ドビュッシーには「映像第1集」と「映像第2集」というピアノ曲がある。前者は1906年初演、後者は1908年初演だ。バルトークが同じく「映像」という名の曲を書いたのは、ドビュッシーの作品名を意識したのかどうかは私はわからないが、偶然てことはないような気がする(なお、ドビュッシーの3曲から成る「管弦楽のための映像」は、第1曲の初演が1913年、第2~3曲の初演は1910年である)。
で、「2つの映像」の第1曲「花ざかり」だが、カラフルな花が咲き誇るお花畑をイメージして聴くと裏切られる。バルトークの音楽は、輝く明るさに支配されたものではない。すっきりしていない。どよーんとしている。隠花植物の花のよう。妖艶ですらある。バルトークにとって、花ざかり(あるいは単に「花」)のイメージってこんなんだったってわけだ。それこそ、にっくき雑草が花ざかりっていう状態を私は思い浮かべてしまった。
第2曲「田舎の踊り」は、バルトークらしい渋くてエネルギッシュな舞曲。田舎で誰が踊ってたんだい?
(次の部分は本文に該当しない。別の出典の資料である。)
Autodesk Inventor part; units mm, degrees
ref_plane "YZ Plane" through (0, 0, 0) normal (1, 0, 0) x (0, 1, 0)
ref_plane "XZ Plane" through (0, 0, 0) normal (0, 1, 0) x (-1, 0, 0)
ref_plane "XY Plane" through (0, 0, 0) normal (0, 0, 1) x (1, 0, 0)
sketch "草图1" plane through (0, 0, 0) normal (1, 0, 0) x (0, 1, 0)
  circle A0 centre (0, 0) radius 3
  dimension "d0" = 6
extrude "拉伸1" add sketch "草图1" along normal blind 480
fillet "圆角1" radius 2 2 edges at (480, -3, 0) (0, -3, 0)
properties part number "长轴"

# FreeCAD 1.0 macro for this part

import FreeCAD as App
import Part
import Sketcher
Q = App.Units.Quantity


def edges_at(feature, points):
    """Names of the edges that pass closest to the given points."""
    edges = feature.Shape.Edges
    near = lambda p: min(range(len(edges)), key=lambda i: edges[i].distToShape(Part.Vertex(*p))[0])
    return sorted({f"Edge{near(p) + 1}" for p in points})

doc = App.newDocument("Part")
body = doc.addObject("PartDesign::Body", "Body")

# Sketch on YZ plane
sketch1 = body.newObject("Sketcher::SketchObject", "Sketch")
sketch1.AttachmentSupport = (doc.getObject("YZ_Plane"), [""])
sketch1.MapMode = "FlatFace"
sketch1.addGeometry(Part.Circle(App.Vector(0, 0, 0), App.Vector(0, 0, 1), 3), False)
sketch1.addConstraint([
    Sketcher.Constraint("Coincident", 0, 3, -1, 1),
    Sketcher.Constraint("Diameter", 0, Q("6 mm")),
])
pad1 = body.newObject("PartDesign::Pad", "Pad")
pad1.Profile = sketch1
pad1.Length = 480
doc.recompute()

fillet = body.newObject("PartDesign::Fillet", "Fillet")
fillet.Base = (pad1, edges_at(pad1, [(480, -3, 0), (0, -3, 0)]))
fillet.Radius = 2

doc.recompute()
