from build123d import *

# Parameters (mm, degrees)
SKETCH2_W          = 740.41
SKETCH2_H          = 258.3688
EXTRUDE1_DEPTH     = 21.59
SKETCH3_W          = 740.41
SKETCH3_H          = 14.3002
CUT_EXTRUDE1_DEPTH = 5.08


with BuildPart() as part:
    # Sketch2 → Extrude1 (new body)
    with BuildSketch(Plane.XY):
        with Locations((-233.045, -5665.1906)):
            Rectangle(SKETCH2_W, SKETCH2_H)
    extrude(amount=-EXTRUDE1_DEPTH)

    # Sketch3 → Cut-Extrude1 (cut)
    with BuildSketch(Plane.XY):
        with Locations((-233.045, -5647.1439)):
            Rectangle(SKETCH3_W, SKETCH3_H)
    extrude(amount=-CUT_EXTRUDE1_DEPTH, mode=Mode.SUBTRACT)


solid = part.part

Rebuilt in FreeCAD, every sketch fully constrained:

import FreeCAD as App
import Part
import Sketcher
from FreeCAD import Vector
Q = App.Units.Quantity


def add_polygon(sketch, points):
    """Adds a closed chain of lines whose ends are joined by coincident constraints."""
    first, n = sketch.GeometryCount, len(points)
    for a, b in zip(points, points[1:] + points[:1]):
        sketch.addGeometry(Part.LineSegment(App.Vector(*a, 0), App.Vector(*b, 0)), False)
    for i in range(n):
        sketch.addConstraint(Sketcher.Constraint("Coincident", first + i, 2, first + (i + 1) % n, 1))

doc = App.newDocument("Part")
params = doc.addObject("Spreadsheet::Sheet", "Params")
for row, (alias, value) in enumerate([
    ("sketch1_width", "29.15 in"),
    ("sketch1_height", "10.172 in"),
    ("pad1_length", "0.85 in"),
    ("sketch2_width", "29.15 in"),
    ("sketch2_height", "0.563 in"),
    ("pocket1_length", "0.2 in"),
], start=1):
    params.set(f"A{row}", alias)
    params.set(f"B{row}", "=" + value)
    params.setAlias(f"B{row}", alias)

body = doc.addObject("PartDesign::Body", "Body")

# Sketch on XY plane
sketch1 = body.newObject("Sketcher::SketchObject", "Sketch")
sketch1.AttachmentSupport = (doc.getObject("XY_Plane"), [""])
sketch1.MapMode = "FlatFace"
add_polygon(sketch1, [(-603.25, -5536.0062), (-603.25, -5794.375), (137.16, -5794.375), (137.16, -5536.0062)])  # lines 0-3
sketch1.addConstraint(Sketcher.Constraint("Vertical", 0))
sketch1.addConstraint(Sketcher.Constraint("Horizontal", 1))
sketch1.addConstraint(Sketcher.Constraint("Vertical", 2))
sketch1.addConstraint(Sketcher.Constraint("Horizontal", 3))
sketch1.addConstraint(Sketcher.Constraint("DistanceX", 1, 1, 1, 2, Q("29.15 in")))
sketch1.addConstraint(Sketcher.Constraint("DistanceX", -1, 1, 1, 2, Q("5.4 in")))
sketch1.addConstraint(Sketcher.Constraint("DistanceY", 0, 2, 0, 1, Q("10.172 in")))
sketch1.addConstraint(Sketcher.Constraint("DistanceY", 0, 2, -1, 1, Q("228.125 in")))
sketch1.setExpression("Constraints[8]", "Params.sketch1_width")
sketch1.setExpression("Constraints[10]", "Params.sketch1_height")
pad1 = body.newObject("PartDesign::Pad", "Pad")
pad1.Profile = sketch1
pad1.setExpression("Length", "Params.pad1_length")
pad1.Reversed = True

# Sketch on XY plane
sketch2 = body.newObject("Sketcher::SketchObject", "Sketch001")
sketch2.AttachmentSupport = (doc.getObject("XY_Plane"), [""])
sketch2.MapMode = "FlatFace"
add_polygon(sketch2, [(-603.25, -5639.9938), (-603.25, -5654.294), (137.16, -5654.294), (137.16, -5639.9938)])  # lines 0-3
sketch2.addConstraint(Sketcher.Constraint("Vertical", 0))
sketch2.addConstraint(Sketcher.Constraint("Horizontal", 1))
sketch2.addConstraint(Sketcher.Constraint("Vertical", 2))
sketch2.addConstraint(Sketcher.Constraint("Horizontal", 3))
sketch2.addConstraint(Sketcher.Constraint("DistanceX", 1, 1, 1, 2, Q("29.15 in")))
sketch2.addConstraint(Sketcher.Constraint("DistanceX", -1, 1, 1, 2, Q("5.4 in")))
sketch2.addConstraint(Sketcher.Constraint("DistanceY", 0, 2, 0, 1, Q("0.563 in")))
sketch2.addConstraint(Sketcher.Constraint("DistanceY", 0, 2, -1, 1, Q("222.61 in")))
sketch2.setExpression("Constraints[8]", "Params.sketch2_width")
sketch2.setExpression("Constraints[10]", "Params.sketch2_height")
pocket1 = body.newObject("PartDesign::Pocket", "Pocket")
pocket1.Profile = sketch2
pocket1.setExpression("Length", "Params.pocket1_length")

doc.recompute()
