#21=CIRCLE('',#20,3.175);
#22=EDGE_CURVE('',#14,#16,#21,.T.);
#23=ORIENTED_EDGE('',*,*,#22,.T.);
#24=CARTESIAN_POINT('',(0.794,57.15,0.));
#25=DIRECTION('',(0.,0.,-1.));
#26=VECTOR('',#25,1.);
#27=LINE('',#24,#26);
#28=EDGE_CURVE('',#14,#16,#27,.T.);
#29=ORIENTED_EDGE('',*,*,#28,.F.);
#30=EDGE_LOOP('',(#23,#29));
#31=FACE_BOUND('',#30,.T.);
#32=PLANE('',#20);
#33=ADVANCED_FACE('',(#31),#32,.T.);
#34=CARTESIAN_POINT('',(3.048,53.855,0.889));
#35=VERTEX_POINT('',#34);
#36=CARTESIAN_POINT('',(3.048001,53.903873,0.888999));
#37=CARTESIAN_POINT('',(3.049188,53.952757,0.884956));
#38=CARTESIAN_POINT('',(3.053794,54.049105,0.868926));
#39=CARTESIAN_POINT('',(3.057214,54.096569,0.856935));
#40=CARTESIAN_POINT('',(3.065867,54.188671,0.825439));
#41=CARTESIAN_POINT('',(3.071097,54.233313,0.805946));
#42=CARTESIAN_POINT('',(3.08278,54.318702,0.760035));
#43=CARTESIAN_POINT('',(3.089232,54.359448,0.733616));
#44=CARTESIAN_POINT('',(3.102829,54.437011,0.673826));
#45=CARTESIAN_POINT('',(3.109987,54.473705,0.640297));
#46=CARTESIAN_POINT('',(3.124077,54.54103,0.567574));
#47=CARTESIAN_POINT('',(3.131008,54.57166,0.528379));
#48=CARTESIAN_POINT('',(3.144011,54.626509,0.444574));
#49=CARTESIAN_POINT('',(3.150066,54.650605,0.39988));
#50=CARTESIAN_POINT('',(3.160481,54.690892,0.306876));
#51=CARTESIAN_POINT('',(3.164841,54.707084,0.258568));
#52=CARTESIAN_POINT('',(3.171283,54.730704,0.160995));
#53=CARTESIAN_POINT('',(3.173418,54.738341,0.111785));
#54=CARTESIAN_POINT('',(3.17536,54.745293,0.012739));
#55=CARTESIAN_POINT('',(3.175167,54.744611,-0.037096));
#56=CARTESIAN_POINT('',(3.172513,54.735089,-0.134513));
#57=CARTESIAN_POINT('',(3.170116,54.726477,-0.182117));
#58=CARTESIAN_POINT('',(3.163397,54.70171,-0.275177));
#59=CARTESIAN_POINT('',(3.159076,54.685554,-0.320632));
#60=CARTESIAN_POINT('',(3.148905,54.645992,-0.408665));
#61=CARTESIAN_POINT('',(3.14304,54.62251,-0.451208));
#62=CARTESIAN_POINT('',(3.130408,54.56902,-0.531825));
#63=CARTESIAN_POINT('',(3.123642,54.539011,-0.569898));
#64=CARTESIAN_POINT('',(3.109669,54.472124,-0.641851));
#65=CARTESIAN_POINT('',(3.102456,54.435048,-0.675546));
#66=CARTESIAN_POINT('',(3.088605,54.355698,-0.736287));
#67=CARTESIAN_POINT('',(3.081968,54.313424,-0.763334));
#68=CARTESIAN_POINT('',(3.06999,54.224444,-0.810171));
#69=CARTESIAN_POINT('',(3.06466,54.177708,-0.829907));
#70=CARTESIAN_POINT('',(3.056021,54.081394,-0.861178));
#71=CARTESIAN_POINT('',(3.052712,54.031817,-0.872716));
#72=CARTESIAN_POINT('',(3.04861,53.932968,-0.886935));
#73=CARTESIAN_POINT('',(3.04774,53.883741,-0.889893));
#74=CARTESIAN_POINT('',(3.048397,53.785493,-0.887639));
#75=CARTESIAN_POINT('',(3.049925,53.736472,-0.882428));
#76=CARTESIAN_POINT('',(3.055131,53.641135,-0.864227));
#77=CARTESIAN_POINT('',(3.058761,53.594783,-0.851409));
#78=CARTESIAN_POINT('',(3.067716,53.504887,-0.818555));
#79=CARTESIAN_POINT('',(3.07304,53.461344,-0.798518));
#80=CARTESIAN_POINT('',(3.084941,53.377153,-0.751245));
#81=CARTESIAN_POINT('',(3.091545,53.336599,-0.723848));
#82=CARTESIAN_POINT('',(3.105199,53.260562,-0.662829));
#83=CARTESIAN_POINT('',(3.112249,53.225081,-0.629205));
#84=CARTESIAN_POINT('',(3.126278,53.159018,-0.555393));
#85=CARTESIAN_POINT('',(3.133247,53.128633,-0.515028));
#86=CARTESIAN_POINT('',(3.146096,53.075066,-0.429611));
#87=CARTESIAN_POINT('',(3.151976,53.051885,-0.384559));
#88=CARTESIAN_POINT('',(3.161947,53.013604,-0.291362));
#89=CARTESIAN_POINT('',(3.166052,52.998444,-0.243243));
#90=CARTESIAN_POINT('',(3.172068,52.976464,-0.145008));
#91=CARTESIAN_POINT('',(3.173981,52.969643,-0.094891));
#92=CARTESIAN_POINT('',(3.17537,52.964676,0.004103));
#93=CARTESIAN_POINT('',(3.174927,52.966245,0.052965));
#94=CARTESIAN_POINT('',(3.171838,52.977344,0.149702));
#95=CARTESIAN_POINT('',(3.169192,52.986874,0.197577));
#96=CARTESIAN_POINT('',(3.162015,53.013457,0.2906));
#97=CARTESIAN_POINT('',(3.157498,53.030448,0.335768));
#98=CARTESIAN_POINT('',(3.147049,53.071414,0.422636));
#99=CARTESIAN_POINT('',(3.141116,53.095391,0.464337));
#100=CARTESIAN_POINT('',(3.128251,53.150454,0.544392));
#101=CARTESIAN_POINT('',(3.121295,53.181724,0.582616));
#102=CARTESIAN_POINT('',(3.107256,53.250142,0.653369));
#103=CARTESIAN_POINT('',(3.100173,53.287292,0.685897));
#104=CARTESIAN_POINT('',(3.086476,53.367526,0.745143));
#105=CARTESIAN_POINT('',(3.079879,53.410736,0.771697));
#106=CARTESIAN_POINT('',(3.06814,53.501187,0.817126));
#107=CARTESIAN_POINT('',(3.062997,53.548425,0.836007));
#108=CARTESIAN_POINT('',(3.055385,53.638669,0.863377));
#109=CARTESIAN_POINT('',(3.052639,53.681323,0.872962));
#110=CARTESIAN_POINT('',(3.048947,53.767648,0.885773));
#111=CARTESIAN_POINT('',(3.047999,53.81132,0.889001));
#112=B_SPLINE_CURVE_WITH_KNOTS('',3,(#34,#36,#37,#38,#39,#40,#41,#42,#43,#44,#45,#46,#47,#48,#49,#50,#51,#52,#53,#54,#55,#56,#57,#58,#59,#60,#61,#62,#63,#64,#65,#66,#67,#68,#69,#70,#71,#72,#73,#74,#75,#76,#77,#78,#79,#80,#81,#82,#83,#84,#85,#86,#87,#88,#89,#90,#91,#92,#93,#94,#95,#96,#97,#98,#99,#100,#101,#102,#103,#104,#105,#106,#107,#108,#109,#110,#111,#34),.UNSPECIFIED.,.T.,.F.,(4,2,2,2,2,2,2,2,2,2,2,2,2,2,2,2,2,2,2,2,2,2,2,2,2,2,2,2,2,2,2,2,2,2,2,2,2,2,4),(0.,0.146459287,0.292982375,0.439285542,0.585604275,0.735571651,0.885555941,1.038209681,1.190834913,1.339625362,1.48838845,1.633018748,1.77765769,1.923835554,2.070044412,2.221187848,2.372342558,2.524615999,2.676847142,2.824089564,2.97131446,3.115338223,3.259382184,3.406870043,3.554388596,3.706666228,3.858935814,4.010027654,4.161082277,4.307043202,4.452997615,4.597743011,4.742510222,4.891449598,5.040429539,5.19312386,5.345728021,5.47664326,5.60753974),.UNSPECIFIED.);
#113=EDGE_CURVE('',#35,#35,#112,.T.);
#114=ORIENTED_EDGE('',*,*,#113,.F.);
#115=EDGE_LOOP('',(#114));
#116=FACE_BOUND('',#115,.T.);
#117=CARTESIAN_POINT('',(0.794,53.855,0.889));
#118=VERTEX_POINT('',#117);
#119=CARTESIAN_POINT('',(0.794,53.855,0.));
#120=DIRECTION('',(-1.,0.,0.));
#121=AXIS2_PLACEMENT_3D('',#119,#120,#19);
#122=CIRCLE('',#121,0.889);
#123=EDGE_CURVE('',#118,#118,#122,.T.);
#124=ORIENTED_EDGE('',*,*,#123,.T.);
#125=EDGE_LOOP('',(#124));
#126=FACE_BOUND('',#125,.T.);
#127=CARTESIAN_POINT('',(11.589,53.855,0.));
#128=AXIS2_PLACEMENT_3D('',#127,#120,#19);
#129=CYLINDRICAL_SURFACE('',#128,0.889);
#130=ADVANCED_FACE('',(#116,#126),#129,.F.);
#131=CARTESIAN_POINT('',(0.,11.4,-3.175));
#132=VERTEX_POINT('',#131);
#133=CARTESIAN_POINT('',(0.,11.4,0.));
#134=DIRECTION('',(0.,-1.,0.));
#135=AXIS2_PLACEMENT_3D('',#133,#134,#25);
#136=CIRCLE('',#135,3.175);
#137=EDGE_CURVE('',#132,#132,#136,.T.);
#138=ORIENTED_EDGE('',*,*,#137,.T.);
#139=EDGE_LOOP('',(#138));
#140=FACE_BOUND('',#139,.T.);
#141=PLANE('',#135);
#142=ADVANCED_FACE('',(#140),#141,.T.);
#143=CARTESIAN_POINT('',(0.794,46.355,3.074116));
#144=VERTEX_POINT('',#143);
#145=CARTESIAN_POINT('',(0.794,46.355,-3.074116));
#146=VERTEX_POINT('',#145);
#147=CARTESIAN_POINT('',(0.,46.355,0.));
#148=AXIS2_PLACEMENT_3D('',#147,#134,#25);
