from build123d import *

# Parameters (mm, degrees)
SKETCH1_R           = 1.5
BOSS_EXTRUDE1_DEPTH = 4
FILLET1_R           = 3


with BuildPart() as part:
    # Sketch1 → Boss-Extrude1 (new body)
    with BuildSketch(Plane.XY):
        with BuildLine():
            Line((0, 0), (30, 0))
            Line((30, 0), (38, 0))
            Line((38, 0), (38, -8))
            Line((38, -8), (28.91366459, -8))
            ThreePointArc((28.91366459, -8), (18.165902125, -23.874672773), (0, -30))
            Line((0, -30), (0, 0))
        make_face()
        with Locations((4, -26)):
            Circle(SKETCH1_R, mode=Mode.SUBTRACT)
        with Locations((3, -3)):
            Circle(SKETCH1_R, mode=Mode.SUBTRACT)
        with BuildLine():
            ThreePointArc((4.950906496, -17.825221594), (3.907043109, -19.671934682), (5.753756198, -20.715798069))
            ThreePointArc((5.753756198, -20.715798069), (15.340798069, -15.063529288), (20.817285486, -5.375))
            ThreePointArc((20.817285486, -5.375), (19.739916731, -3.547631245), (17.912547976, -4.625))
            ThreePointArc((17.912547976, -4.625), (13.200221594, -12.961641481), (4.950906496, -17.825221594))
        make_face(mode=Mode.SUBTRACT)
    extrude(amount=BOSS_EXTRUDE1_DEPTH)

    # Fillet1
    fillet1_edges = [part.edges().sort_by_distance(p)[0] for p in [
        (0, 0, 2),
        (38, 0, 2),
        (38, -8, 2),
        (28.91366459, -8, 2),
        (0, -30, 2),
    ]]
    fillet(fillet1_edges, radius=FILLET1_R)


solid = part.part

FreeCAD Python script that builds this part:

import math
import FreeCAD as App
import Part
import Sketcher


def edges_at(feature, points):
    """Names of the edges that pass closest to the given points."""
    edges = feature.Shape.Edges
    near = lambda p: min(range(len(edges)), key=lambda i: edges[i].distToShape(Part.Vertex(*p))[0])
    return sorted({f"Edge{near(p) + 1}" for p in points})

doc = App.newDocument("Part")
body = doc.addObject("PartDesign::Body", "Body")

# Sketch on XY plane
sketch1 = body.newObject("Sketcher::SketchObject", "Sketch")
sketch1.AttachmentSupport = (doc.getObject("XY_Plane"), [""])
sketch1.MapMode = "FlatFace"
sketch1.addGeometry([
    Part.LineSegment(App.Vector(38, 0, 0), App.Vector(0, 0, 0)),  # 0
    Part.LineSegment(App.Vector(0, 0, 0), App.Vector(0, -30, 0)),  # 1
    Part.ArcOfCircle(Part.Circle(App.Vector(0, 0, 0), App.Vector(0, 0, 1), 30), math.radians(-90), math.radians(-15)),  # 2
    Part.LineSegment(App.Vector(28.9, -8, 0), App.Vector(38, -8, 0)),  # 3
    Part.LineSegment(App.Vector(38, -8, 0), App.Vector(38, 0, 0)),  # 4
    Part.Circle(App.Vector(4, -26, 0), App.Vector(0, 0, 1), 1.5),  # 5
    Part.ArcOfCircle(Part.Circle(App.Vector(0, 0, 0), App.Vector(0, 0, 1), 18.5), math.radians(-74), math.radians(-14)),  # 6
    Part.ArcOfCircle(Part.Circle(App.Vector(19.4, -5, 0), App.Vector(0, 0, 1), 1.5), math.radians(-14), math.radians(166)),  # 7
    Part.ArcOfCircle(Part.Circle(App.Vector(0, 0, 0), App.Vector(0, 0, 1), 21.5), math.radians(-74), math.radians(-14)),  # 8
    Part.ArcOfCircle(Part.Circle(App.Vector(5.4, -19.3, 0), App.Vector(0, 0, 1), 1.5), math.radians(106), math.radians(286)),  # 9
    Part.Circle(App.Vector(3, -3, 0), App.Vector(0, 0, 1), 1.5),  # 10
], False)
sketch1.addConstraint([
    Sketcher.Constraint("Coincident", 0, 2, 1, 1),
    Sketcher.Constraint("Coincident", 1, 2, 2, 1),
    Sketcher.Constraint("Coincident", 2, 2, 3, 1),
    Sketcher.Constraint("Coincident", 3, 2, 4, 1),
    Sketcher.Constraint("Coincident", 4, 2, 0, 1),
    Sketcher.Constraint("Tangent", 6, 2, 7, 2),
    Sketcher.Constraint("Tangent", 7, 1, 8, 2),
    Sketcher.Constraint("Tangent", 8, 1, 9, 2),
    Sketcher.Constraint("Tangent", 9, 1, 6, 1),
    Sketcher.Constraint("Horizontal", 0),
    Sketcher.Constraint("Vertical", 1),
    Sketcher.Constraint("Horizontal", 3),
    Sketcher.Constraint("Vertical", 4),
    Sketcher.Constraint("Coincident", 2, 3, -1, 1),
    Sketcher.Constraint("Coincident", 6, 3, -1, 1),
    Sketcher.Constraint("Coincident", 8, 3, -1, 1),
    Sketcher.Constraint("Coincident", 0, 2, -1, 1),
    Sketcher.Constraint("Equal", 5, 7),
    Sketcher.Constraint("Equal", 9, 10),
    Sketcher.Constraint("Diameter", 5, 3.0),
    Sketcher.Constraint("Radius", 2, 30.0),
    Sketcher.Constraint("Radius", 6, 18.5),
    Sketcher.Constraint("DistanceX", 0, 2, 0, 1, 38.0),
    Sketcher.Constraint("DistanceY", 4, 1, 4, 2, 8.0),
    Sketcher.Constraint("DistanceX", -1, 1, 5, 3, 4.0),
    Sketcher.Constraint("DistanceY", 5, 3, -1, 1, 26.0),
    Sketcher.Constraint("DistanceY", 7, 3, -1, 1, 5.0),
    Sketcher.Constraint("DistanceX", -1, 1, 10, 3, 3.0),
    Sketcher.Constraint("DistanceY", 10, 3, -1, 1, 3.0),
    Sketcher.Constraint("DistanceY", 8, 1, -1, 1, 20.715798),
])
pad1 = body.newObject("PartDesign::Pad", "Pad")
pad1.Profile = sketch1
pad1.Length = 4
doc.recompute()

fillet = body.newObject("PartDesign::Fillet", "Fillet")
fillet.Base = (pad1, edges_at(pad1, [
    (0, 0, 2),
    (38, 0, 2),
    (38, -8, 2),
    (28.914, -8, 2),
    (0, -30, 2),
]))
fillet.Radius = 3

doc.recompute()
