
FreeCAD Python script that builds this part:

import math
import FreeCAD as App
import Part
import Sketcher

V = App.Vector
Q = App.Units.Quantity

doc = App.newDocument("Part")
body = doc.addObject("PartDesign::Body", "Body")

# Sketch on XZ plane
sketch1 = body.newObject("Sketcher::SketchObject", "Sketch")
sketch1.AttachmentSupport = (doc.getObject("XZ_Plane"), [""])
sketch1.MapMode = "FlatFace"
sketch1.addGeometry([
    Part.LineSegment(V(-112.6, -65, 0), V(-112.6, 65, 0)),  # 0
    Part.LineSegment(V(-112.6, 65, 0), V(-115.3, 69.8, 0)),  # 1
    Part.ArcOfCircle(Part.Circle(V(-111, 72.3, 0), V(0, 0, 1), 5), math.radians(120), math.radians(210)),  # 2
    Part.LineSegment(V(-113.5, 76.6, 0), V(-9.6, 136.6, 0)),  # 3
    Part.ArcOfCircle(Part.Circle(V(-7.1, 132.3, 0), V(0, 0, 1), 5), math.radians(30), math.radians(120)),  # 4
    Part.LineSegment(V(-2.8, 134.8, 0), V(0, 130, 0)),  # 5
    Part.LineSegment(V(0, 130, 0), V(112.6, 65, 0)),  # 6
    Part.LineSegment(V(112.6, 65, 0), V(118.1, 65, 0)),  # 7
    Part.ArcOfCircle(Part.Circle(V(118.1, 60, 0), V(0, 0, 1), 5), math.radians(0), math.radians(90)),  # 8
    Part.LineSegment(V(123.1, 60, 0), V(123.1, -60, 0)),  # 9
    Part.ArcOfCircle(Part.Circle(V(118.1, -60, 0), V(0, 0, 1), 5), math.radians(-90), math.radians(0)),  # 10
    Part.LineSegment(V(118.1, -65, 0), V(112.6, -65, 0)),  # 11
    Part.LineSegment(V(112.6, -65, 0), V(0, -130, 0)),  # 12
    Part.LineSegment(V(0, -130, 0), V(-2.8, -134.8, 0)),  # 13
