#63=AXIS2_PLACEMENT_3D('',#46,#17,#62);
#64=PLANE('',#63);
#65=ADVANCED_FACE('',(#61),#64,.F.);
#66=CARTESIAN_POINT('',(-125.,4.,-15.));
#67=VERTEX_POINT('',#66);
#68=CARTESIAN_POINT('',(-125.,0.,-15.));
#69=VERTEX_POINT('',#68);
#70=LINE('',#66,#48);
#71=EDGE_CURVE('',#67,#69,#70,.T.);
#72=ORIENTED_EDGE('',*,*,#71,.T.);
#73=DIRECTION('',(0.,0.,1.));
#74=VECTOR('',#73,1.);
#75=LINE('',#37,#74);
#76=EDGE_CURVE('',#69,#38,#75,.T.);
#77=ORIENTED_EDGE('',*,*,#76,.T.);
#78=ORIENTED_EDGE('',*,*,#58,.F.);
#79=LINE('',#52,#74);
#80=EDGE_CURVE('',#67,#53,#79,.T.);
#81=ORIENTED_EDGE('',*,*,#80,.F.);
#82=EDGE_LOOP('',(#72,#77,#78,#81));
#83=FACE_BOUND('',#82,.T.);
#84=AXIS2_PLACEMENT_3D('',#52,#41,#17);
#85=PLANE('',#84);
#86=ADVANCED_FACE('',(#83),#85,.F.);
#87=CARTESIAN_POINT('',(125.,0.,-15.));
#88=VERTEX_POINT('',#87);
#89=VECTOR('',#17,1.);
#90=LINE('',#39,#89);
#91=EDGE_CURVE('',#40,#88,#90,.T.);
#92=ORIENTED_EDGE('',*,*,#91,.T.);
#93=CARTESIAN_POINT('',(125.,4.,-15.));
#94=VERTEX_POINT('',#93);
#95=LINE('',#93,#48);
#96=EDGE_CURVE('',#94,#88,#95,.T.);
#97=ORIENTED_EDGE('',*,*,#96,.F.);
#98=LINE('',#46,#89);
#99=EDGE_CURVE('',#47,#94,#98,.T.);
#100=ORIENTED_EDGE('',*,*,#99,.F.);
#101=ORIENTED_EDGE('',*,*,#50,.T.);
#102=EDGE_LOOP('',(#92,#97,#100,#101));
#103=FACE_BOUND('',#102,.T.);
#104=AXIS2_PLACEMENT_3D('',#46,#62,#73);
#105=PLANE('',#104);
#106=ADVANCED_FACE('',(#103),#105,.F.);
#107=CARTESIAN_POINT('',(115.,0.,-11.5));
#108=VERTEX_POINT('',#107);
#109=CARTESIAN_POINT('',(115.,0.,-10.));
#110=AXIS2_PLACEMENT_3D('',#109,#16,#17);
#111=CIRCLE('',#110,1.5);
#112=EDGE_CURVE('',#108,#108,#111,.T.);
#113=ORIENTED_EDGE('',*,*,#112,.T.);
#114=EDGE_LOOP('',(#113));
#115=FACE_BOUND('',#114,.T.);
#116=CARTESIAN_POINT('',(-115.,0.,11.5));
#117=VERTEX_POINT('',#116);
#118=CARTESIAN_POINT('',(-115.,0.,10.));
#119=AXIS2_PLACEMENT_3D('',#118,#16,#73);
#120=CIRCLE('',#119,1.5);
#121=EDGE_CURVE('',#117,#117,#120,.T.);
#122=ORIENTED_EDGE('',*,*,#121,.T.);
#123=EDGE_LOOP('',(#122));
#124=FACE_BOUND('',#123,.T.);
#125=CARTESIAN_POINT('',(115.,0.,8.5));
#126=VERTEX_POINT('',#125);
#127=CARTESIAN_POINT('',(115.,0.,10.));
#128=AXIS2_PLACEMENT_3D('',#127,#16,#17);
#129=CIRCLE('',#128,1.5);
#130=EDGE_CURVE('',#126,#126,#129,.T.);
私が聴いている演奏はブーレーズ指揮シカゴ交響楽団のもの。
ブーレーズの知的(?)アプローチで決して下品にならないが、物足りないバルトークだなぁと感じる人もいるだろう。私は響きがきれいで好きですけど。
1992録音。グラモフォン。
そういえば、昔、「淫花植物」っていうタイトルのアダルト・ビデオがあった。
すっごくうまいネーミングだと思った。
いえ、それだけです。

一般的な除草剤はタンポポやクローバにも聴きますが、唯一売られている西洋シバ用の除草剤は、タンポポには効きません。芝生は家を持つと作ってみたいものですが、緑を眺められるという効果はありますが、狭い庭に無駄なスペースってことになっちゃいますね。
ちょいと考えてみます。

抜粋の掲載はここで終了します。